# WLAN ohne Router/Accesspoint (2 PCs)?



## cater (2. August 2004)

Hallo,

ich habe einen Laptop mit integrierter WLAN-Karte und einen normalten PC den ich dann evtl. eine WLAN Karte einbauen würde. Wenn ich diese beiden (nur diese) verbinden möchte, brauch ich dann zusätzlich noch einen Router oder Accesspoint oder reichen die beiden WLAN-Karten aus um eine Netzwerkverbindung herzustellen?

Ist die Reichweite so stark, dass der eine Laptop in der ersten Etage stehen kann ( kleines Fachwerkhaus) und der PC in der 4.? Also mit den schnurlos-Telefonen funktioniert das, ich schätze die Karten sollten genauso leistungsfähig sein oder?

Kenn mich noch nicht so richtig WLAN aus, von daher frag ich lieber bevor ich mir eine Karte für umsonst kaufe. Google kommt mir bei "Router  WLAN" immer mit DSL, aber das hab ich ja nich..

Danke für eure Hilfe
Carlo


----------



## TheNBP (2. August 2004)

> _Original geschrieben von cater _
> *Hallo,
> 
> ich habe einen Laptop mit integrierter WLAN-Karte und einen normalten PC den ich dann evtl. eine WLAN Karte einbauen würde. Wenn ich diese beiden (nur diese) verbinden möchte, brauch ich dann zusätzlich noch einen Router oder Accesspoint oder reichen die beiden WLAN-Karten aus um eine Netzwerkverbindung herzustellen?
> *


Ja, die zwei Karten reichen aus, ein Access Point wird nicht beötigt wenn die Karten im sogenanntent AdHoc Modus betrieben werden.
Man sagt das die Reichweite und der Datendurchsatz in diesem Modus nicht ganz so gross ist wie im Modus mit Access Point (Infrastructure Modus)

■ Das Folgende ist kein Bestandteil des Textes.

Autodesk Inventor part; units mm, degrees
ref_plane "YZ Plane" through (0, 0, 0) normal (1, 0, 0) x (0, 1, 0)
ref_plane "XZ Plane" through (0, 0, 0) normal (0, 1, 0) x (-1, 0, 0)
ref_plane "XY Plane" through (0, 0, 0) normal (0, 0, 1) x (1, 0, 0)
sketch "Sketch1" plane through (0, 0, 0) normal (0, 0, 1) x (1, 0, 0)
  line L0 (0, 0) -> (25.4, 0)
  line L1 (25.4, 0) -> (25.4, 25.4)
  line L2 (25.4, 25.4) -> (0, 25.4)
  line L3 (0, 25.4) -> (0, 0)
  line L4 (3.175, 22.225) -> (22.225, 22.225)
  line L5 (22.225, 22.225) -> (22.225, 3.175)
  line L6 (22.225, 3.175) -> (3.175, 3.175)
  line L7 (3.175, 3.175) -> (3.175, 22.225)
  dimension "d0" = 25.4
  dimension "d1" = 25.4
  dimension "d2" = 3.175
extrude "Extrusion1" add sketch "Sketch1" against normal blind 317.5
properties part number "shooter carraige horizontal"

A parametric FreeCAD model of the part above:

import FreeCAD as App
import Part
import Sketcher

V = App.Vector
Q = App.Units.Quantity

doc = App.newDocument("Part")
params = doc.addObject("Spreadsheet::Sheet", "Params")
for row, (alias, value) in enumerate([
    ("sketch1_width", "1 in"),
    ("pad1_length", "12.5 in"),
], start=1):
    params.set(f"A{row}", alias)
    params.set(f"B{row}", "=" + value)
    params.setAlias(f"B{row}", alias)

body = doc.addObject("PartDesign::Body", "Body")

sketch1 = body.newObject("Sketcher::SketchObject", "Sketch")
sketch1.AttachmentSupport = (doc.getObject("XY_Plane"), [""])
sketch1.MapMode = "FlatFace"
sketch1.addGeometry([
    Part.LineSegment(V(0, 25.4, 0), V(0, 0, 0)),
    Part.LineSegment(V(0, 0, 0), V(25.4, 0, 0)),
    Part.LineSegment(V(25.4, 0, 0), V(25.4, 25.4, 0)),
    Part.LineSegment(V(25.4, 25.4, 0), V(0, 25.4, 0)),
    Part.LineSegment(V(3.175, 3.175, 0), V(3.175, 22.225, 0)),
    Part.LineSegment(V(3.175, 22.225, 0), V(22.225, 22.225, 0)),
    Part.LineSegment(V(22.225, 22.225, 0), V(22.225, 3.175, 0)),
    Part.LineSegment(V(22.225, 3.175, 0), V(3.175, 3.175, 0)),
], False)
sketch1.addConstraint([
    Sketcher.Constraint("Coincident", 0, 2, 1, 1),
    Sketcher.Constraint("Coincident", 1, 2, 2, 1),
    Sketcher.Constraint("Coincident", 2, 2, 3, 1),
    Sketcher.Constraint("Coincident", 3, 2, 0, 1),
    Sketcher.Constraint("Coincident", 4, 2, 5, 1),
    Sketcher.Constraint("Coincident", 5, 2, 6, 1),
    Sketcher.Constraint("Coincident", 6, 2, 7, 1),
    Sketcher.Constraint("Coincident", 7, 2, 4, 1),
    Sketcher.Constraint("Vertical", 0),
    Sketcher.Constraint("Horizontal", 1),
    Sketcher.Constraint("Vertical", 2),
    Sketcher.Constraint("Horizontal", 3),
    Sketcher.Constraint("Vertical", 4),
    Sketcher.Constraint("Horizontal", 5),
    Sketcher.Constraint("Vertical", 6),
    Sketcher.Constraint("Horizontal", 7),
    Sketcher.Constraint("Coincident", 0, 2, -1, 1),
    Sketcher.Constraint("Equal", 3, 0),
    Sketcher.Constraint("Equal", 7, 4),
    Sketcher.Constraint("DistanceX", 1, 1, 1, 2, Q("1 in")),
    Sketcher.Constraint("DistanceX", -1, 1, 4, 2, Q("0.125 in")),
    Sketcher.Constraint("DistanceY", -1, 1, 6, 2, Q("0.125 in")),
    Sketcher.Constraint("DistanceY", 4, 2, 3, 2, Q("0.125 in")),
])
sketch1.setExpression("Constraints[19]", "Params.sketch1_width")
pad1 = body.newObject("PartDesign::Pad", "Pad")
pad1.Profile = sketch1
pad1.setExpression("Length", "Params.pad1_length")
pad1.Reversed = True

doc.recompute()
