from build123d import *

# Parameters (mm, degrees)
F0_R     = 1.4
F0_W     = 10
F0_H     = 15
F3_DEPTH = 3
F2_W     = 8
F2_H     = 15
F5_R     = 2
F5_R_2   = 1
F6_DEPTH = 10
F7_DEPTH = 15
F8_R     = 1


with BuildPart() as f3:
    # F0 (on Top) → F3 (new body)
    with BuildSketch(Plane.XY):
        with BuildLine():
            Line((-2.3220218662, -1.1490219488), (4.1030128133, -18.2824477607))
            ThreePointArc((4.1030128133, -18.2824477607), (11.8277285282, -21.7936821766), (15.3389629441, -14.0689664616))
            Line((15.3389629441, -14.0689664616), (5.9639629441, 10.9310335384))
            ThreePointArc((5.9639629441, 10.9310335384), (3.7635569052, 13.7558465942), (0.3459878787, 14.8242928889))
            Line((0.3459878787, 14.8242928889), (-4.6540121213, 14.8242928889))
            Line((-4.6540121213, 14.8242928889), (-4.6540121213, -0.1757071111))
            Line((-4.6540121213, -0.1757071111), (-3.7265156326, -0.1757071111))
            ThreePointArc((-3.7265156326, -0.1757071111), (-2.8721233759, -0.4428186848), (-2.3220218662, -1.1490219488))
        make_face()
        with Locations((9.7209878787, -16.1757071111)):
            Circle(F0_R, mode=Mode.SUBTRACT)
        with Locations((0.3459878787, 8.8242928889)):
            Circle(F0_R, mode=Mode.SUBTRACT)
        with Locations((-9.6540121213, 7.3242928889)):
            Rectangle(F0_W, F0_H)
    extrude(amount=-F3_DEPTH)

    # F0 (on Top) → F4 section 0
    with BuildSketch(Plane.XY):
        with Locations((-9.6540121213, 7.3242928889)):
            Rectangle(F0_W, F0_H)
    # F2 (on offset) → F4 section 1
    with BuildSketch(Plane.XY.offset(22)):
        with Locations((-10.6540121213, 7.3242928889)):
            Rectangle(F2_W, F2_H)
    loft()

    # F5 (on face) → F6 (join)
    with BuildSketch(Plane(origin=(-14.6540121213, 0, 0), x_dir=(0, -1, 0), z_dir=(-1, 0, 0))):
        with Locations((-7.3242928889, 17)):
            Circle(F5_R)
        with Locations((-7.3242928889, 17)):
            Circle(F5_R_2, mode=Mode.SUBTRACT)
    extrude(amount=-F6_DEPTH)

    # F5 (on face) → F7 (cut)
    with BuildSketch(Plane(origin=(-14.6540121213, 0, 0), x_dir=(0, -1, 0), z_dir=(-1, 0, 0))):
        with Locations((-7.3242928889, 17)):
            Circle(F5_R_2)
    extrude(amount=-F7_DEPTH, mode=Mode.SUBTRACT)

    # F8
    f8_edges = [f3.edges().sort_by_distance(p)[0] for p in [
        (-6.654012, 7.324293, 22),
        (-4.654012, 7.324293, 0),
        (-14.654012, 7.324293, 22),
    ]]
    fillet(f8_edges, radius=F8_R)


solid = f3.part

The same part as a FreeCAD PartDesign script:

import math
import FreeCAD as App
import Part
import Sketcher
from FreeCAD import Vector


def edges_at(feature, points):
    """Names of the edges that pass closest to the given points."""
    edges = feature.Shape.Edges
    near = lambda p: min(range(len(edges)), key=lambda i: edges[i].distToShape(Part.Vertex(*p))[0])
    return sorted({f"Edge{near(p) + 1}" for p in points})

doc = App.newDocument("Part")
body = doc.addObject("PartDesign::Body", "Body")

# Sketch on XY plane
sketch1 = doc.addObject("Sketcher::SketchObject", "Sketch")
body.addObject(sketch1)
sketch1.AttachmentSupport = (doc.XY_Plane, [""])
sketch1.MapMode = "FlatFace"
sketch1.addGeometry(Part.LineSegment(Vector(-2.322022, -1.149022, 0), Vector(4.103013, -18.282448, 0)), False)
sketch1.addGeometry(Part.ArcOfCircle(Part.Circle(Vector(9.720988, -16.175707, 0), Vector(0, 0, 1), 6), math.radians(-159.443955), math.radians(20.556045)), False)
sketch1.addGeometry(Part.LineSegment(Vector(15.338963, -14.068966, 0), Vector(5.963963, 10.931034, 0)), False)
sketch1.addGeometry(Part.ArcOfCircle(Part.Circle(Vector(0.345988, 8.824293, 0), Vector(0, 0, 1), 6), math.radians(20.556045), math.radians(90)), False)
sketch1.addGeometry(Part.LineSegment(Vector(0.345988, 14.824293, 0), Vector(-14.654012, 14.824293, 0)), False)
sketch1.addGeometry(Part.LineSegment(Vector(-14.654012, 14.824293, 0), Vector(-14.654012, -0.175707, 0)), False)
sketch1.addGeometry(Part.LineSegment(Vector(-14.654012, -0.175707, 0), Vector(-3.726516, -0.175707, 0)), False)
sketch1.addGeometry(Part.ArcOfCircle(Part.Circle(Vector(-3.726516, -1.675707, 0), Vector(0, 0, 1), 1.5), math.radians(20.556045), math.radians(90)), False)
sketch1.addGeometry(Part.Circle(Vector(9.720988, -16.175707, 0), Vector(0, 0, 1), 1.4), False)
sketch1.addGeometry(Part.Circle(Vector(0.345988, 8.824293, 0), Vector(0, 0, 1), 1.4), False)
sketch1.addConstraint(Sketcher.Constraint("Tangent", 0, 2, 1, 1))
sketch1.addConstraint(Sketcher.Constraint("Tangent", 1, 2, 2, 1))
sketch1.addConstraint(Sketcher.Constraint("Tangent", 2, 2, 3, 1))
sketch1.addConstraint(Sketcher.Constraint("Tangent", 3, 2, 4, 1))
sketch1.addConstraint(Sketcher.Constraint("Coincident", 4, 2, 5, 1))
sketch1.addConstraint(Sketcher.Constraint("Coincident", 5, 2, 6, 1))
sketch1.addConstraint(Sketcher.Constraint("Tangent", 6, 2, 7, 2))
sketch1.addConstraint(Sketcher.Constraint("Tangent", 7, 1, 0, 1))
sketch1.addConstraint(Sketcher.Constraint("Horizontal", 4))
sketch1.addConstraint(Sketcher.Constraint("Vertical", 5))
sketch1.addConstraint(Sketcher.Constraint("Horizontal", 6))
sketch1.addConstraint(Sketcher.Constraint("Coincident", 8, 3, 1, 3))
sketch1.addConstraint(Sketcher.Constraint("Coincident", 9, 3, 3, 3))
sketch1.addConstraint(Sketcher.Constraint("Equal", 1, 3))
sketch1.addConstraint(Sketcher.Constraint("Equal", 8, 9))
sketch1.addConstraint(Sketcher.Constraint("Parallel", 0, 2))
sketch1.addConstraint(Sketcher.Constraint("Equal", 4, 5))
sketch1.addConstraint(Sketcher.Constraint("Radius", 1, 6.0))
sketch1.addConstraint(Sketcher.Constraint("Diameter", 8, 2.8))
sketch1.addConstraint(Sketcher.Constraint("Radius", 7, 1.5))
sketch1.addConstraint(Sketcher.Constraint("DistanceX", 4, 2, 4, 1, 15.0))
sketch1.addConstraint(Sketcher.Constraint("DistanceY", 1, 3, 3, 3, 25.0))
sketch1.addConstraint(Sketcher.Constraint("DistanceX", 3, 3, 1, 3, 9.375))
sketch1.addConstraint(Sketcher.Constraint("DistanceX", 7, 1, -1, 1, 2.322022))
sketch1.addConstraint(Sketcher.Constraint("DistanceY", 7, 1, -1, 1, 1.149022))
pad1 = doc.addObject("PartDesign::Pad", "Pad")
body.addObject(pad1)
pad1.Profile = sketch1
pad1.Length = 3
pad1.Reversed = True

# Sketch on XY plane
sketch2 = doc.addObject("Sketcher::SketchObject", "Sketch001")
body.addObject(sketch2)
sketch2.AttachmentSupport = (doc.XY_Plane, [""])
sketch2.MapMode = "FlatFace"
sketch2.addGeometry(Part.LineSegment(Vector(-14.654012, 14.824293, 0), Vector(-14.654012, -0.175707, 0)), False)
sketch2.addGeometry(Part.LineSegment(Vector(-14.654012, -0.175707, 0), Vector(-4.654012, -0.175707, 0)), False)
sketch2.addGeometry(Part.LineSegment(Vector(-4.654012, -0.175707, 0), Vector(-4.654012, 14.824293, 0)), False)
sketch2.addGeometry(Part.LineSegment(Vector(-4.654012, 14.824293, 0), Vector(-14.654012, 14.824293, 0)), False)
sketch2.addConstraint(Sketcher.Constraint("Coincident", 0, 2, 1, 1))
sketch2.addConstraint(Sketcher.Constraint("Coincident", 1, 2, 2, 1))
sketch2.addConstraint(Sketcher.Constraint("Coincident", 2, 2, 3, 1))
sketch2.addConstraint(Sketcher.Constraint("Coincident", 3, 2, 0, 1))
sketch2.addConstraint(Sketcher.Constraint("Vertical", 0))
sketch2.addConstraint(Sketcher.Constraint("Horizontal", 1))
sketch2.addConstraint(Sketcher.Constraint("Vertical", 2))
sketch2.addConstraint(Sketcher.Constraint("Horizontal", 3))
sketch2.addConstraint(Sketcher.Constraint("DistanceX", 1, 1, 1, 2, 10.0))
sketch2.addConstraint(Sketcher.Constraint("DistanceY", 0, 2, 0, 1, 15.0))
sketch2.addConstraint(Sketcher.Constraint("DistanceX", 0, 2, -1, 1, 14.654012))
sketch2.addConstraint(Sketcher.Constraint("DistanceY", 0, 2, -1, 1, 0.175707))

# Sketch on XY plane
sketch3 = doc.addObject("Sketcher::SketchObject", "Sketch002")
body.addObject(sketch3)
sketch3.AttachmentSupport = (doc.XY_Plane, [""])
sketch3.MapMode = "FlatFace"
sketch3.AttachmentOffset = App.Placement(Vector(0, 0, 22), App.Rotation())
sketch3.addGeometry(Part.LineSegment(Vector(-14.654012, 14.824293, 0), Vector(-14.654012, -0.175707, 0)), False)
sketch3.addGeometry(Part.LineSegment(Vector(-14.654012, -0.175707, 0), Vector(-6.654012, -0.175707, 0)), False)
sketch3.addGeometry(Part.LineSegment(Vector(-6.654012, -0.175707, 0), Vector(-6.654012, 14.824293, 0)), False)
sketch3.addGeometry(Part.LineSegment(Vector(-6.654012, 14.824293, 0), Vector(-14.654012, 14.824293, 0)), False)
sketch3.addConstraint(Sketcher.Constraint("Coincident", 0, 2, 1, 1))
sketch3.addConstraint(Sketcher.Constraint("Coincident", 1, 2, 2, 1))
sketch3.addConstraint(Sketcher.Constraint("Coincident", 2, 2, 3, 1))
sketch3.addConstraint(Sketcher.Constraint("Coincident", 3, 2, 0, 1))
sketch3.addConstraint(Sketcher.Constraint("Vertical", 0))
sketch3.addConstraint(Sketcher.Constraint("Horizontal", 1))
sketch3.addConstraint(Sketcher.Constraint("Vertical", 2))
sketch3.addConstraint(Sketcher.Constraint("Horizontal", 3))
sketch3.addConstraint(Sketcher.Constraint("DistanceX", 1, 1, 1, 2, 8.0))
sketch3.addConstraint(Sketcher.Constraint("DistanceY", 0, 2, 0, 1, 15.0))
sketch3.addConstraint(Sketcher.Constraint("DistanceX", 0, 2, -1, 1, 14.654012))
sketch3.addConstraint(Sketcher.Constraint("DistanceY", 0, 2, -1, 1, 0.175707))

additiveloft = doc.addObject("PartDesign::AdditiveLoft", "AdditiveLoft")
body.addObject(additiveloft)
additiveloft.Profile = sketch2
additiveloft.Sections = [sketch3]

# Sketch on YZ plane
sketch4 = doc.addObject("Sketcher::SketchObject", "Sketch003")
body.addObject(sketch4)
sketch4.AttachmentSupport = (doc.YZ_Plane, [""])
sketch4.MapMode = "FlatFace"
sketch4.AttachmentOffset = App.Placement(Vector(0, 0, -14.654012), App.Rotation())
sketch4.addGeometry(Part.Circle(Vector(7.324293, 17, 0), Vector(0, 0, 1), 2), False)
sketch4.addGeometry(Part.Circle(Vector(7.324293, 17, 0), Vector(0, 0, 1), 1), False)
sketch4.addConstraint(Sketcher.Constraint("Coincident", 1, 3, 0, 3))
sketch4.addConstraint(Sketcher.Constraint("Diameter", 0, 4.0))
sketch4.addConstraint(Sketcher.Constraint("Diameter", 1, 2.0))
sketch4.addConstraint(Sketcher.Constraint("DistanceY", -1, 1, 0, 3, 17.0))
sketch4.addConstraint(Sketcher.Constraint("DistanceX", -1, 1, 0, 3, 7.324293))
pad2 = doc.addObject("PartDesign::Pad", "Pad001")
body.addObject(pad2)
pad2.Profile = sketch4
pad2.Length = 10

# Sketch on YZ plane
sketch5 = doc.addObject("Sketcher::SketchObject", "Sketch004")
body.addObject(sketch5)
sketch5.AttachmentSupport = (doc.YZ_Plane, [""])
sketch5.MapMode = "FlatFace"
sketch5.AttachmentOffset = App.Placement(Vector(0, 0, -14.654012), App.Rotation())
sketch5.addGeometry(Part.Circle(Vector(7.324293, 17, 0), Vector(0, 0, 1), 1), False)
sketch5.addConstraint(Sketcher.Constraint("Diameter", 0, 2.0))
sketch5.addConstraint(Sketcher.Constraint("DistanceY", -1, 1, 0, 3, 17.0))
sketch5.addConstraint(Sketcher.Constraint("DistanceX", -1, 1, 0, 3, 7.324293))
pocket1 = doc.addObject("PartDesign::Pocket", "Pocket")
body.addObject(pocket1)
pocket1.Profile = sketch5
pocket1.Length = 15
pocket1.Reversed = True
doc.recompute()

fillet = doc.addObject("PartDesign::Fillet", "Fillet")
body.addObject(fillet)
fillet.Base = (pocket1, edges_at(pocket1, [(-6.654, 7.324, 22), (-4.654, 7.324, 0), (-14.654, 7.324, 22)]))
fillet.Radius = 1

doc.recompute()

> _Original geschrieben von cater _
> *
> Ist die Reichweite so stark, dass der eine Laptop in der ersten Etage stehen kann ( kleines Fachwerkhaus) und der PC in der 4.? Also mit den schnurlos-Telefonen funktioniert das, ich schätze die Karten sollten genauso leistungsfähig sein oder?
> *


Nur weil Funktelefone über diese Distanz funktionieren heisst das noch lange nicht das auch WLAN darüber funktioniert, da es ein anderes Frequenzband ist. Störend wirken sich Metall und hoher Wassergehalt in den Wänden auf die Reichweite aus. Gerade bei Altbauten ist eben der Wassergehalt recht hoch.
Gefühlsmässig würde ich sagen es geht nicht vom 1. in den 4. Stock. durch alle Decken hindurch. Eventuell von Fenster zu Fenster oder mit einem Access Point in der Mitte der zu überbrückenden Strecke.
Letztlich hilft da auch nur ausprobieren. Also darauf achten das man die Hardware nach dem Kauf ggf. wieder zurückgeben kann.


----------



## cater (2. August 2004)

Danke für deine Antwort.

Ich habe mir heut mittag eine Karte gekauft und sie funktioniert tadellos. Die Reichweite wird als "Sehr gut" manchmal "Hervorragend" eingestuft. Liegt wohl auch daran, dass beide PCs an der selben Seite des Hauses stehen und die Wellen den Weg an der Wand lang laufen.

Geht diese Ad-Hoc Variante eigentlich auch mit 3 PCs? Die Verbindung ist ja optimal und den AP würde ich mir dann auch sparen, wenn ich mir noch eine Karte zulege.

Carlo


----------



## TheNBP (3. August 2004)

Ja, geht auch mit 3 oder mehreren WLAN Geräten. Problematisch ist nur das immer jede WLAN Karte zu jeder anderen WLAN Karte eine Funkverbindung haben muss.
In der Betriebsart mit Access Point muss lediglich jede Karte zum AP (also der Zentrale) eine funktionierende Verbindung haben.


----------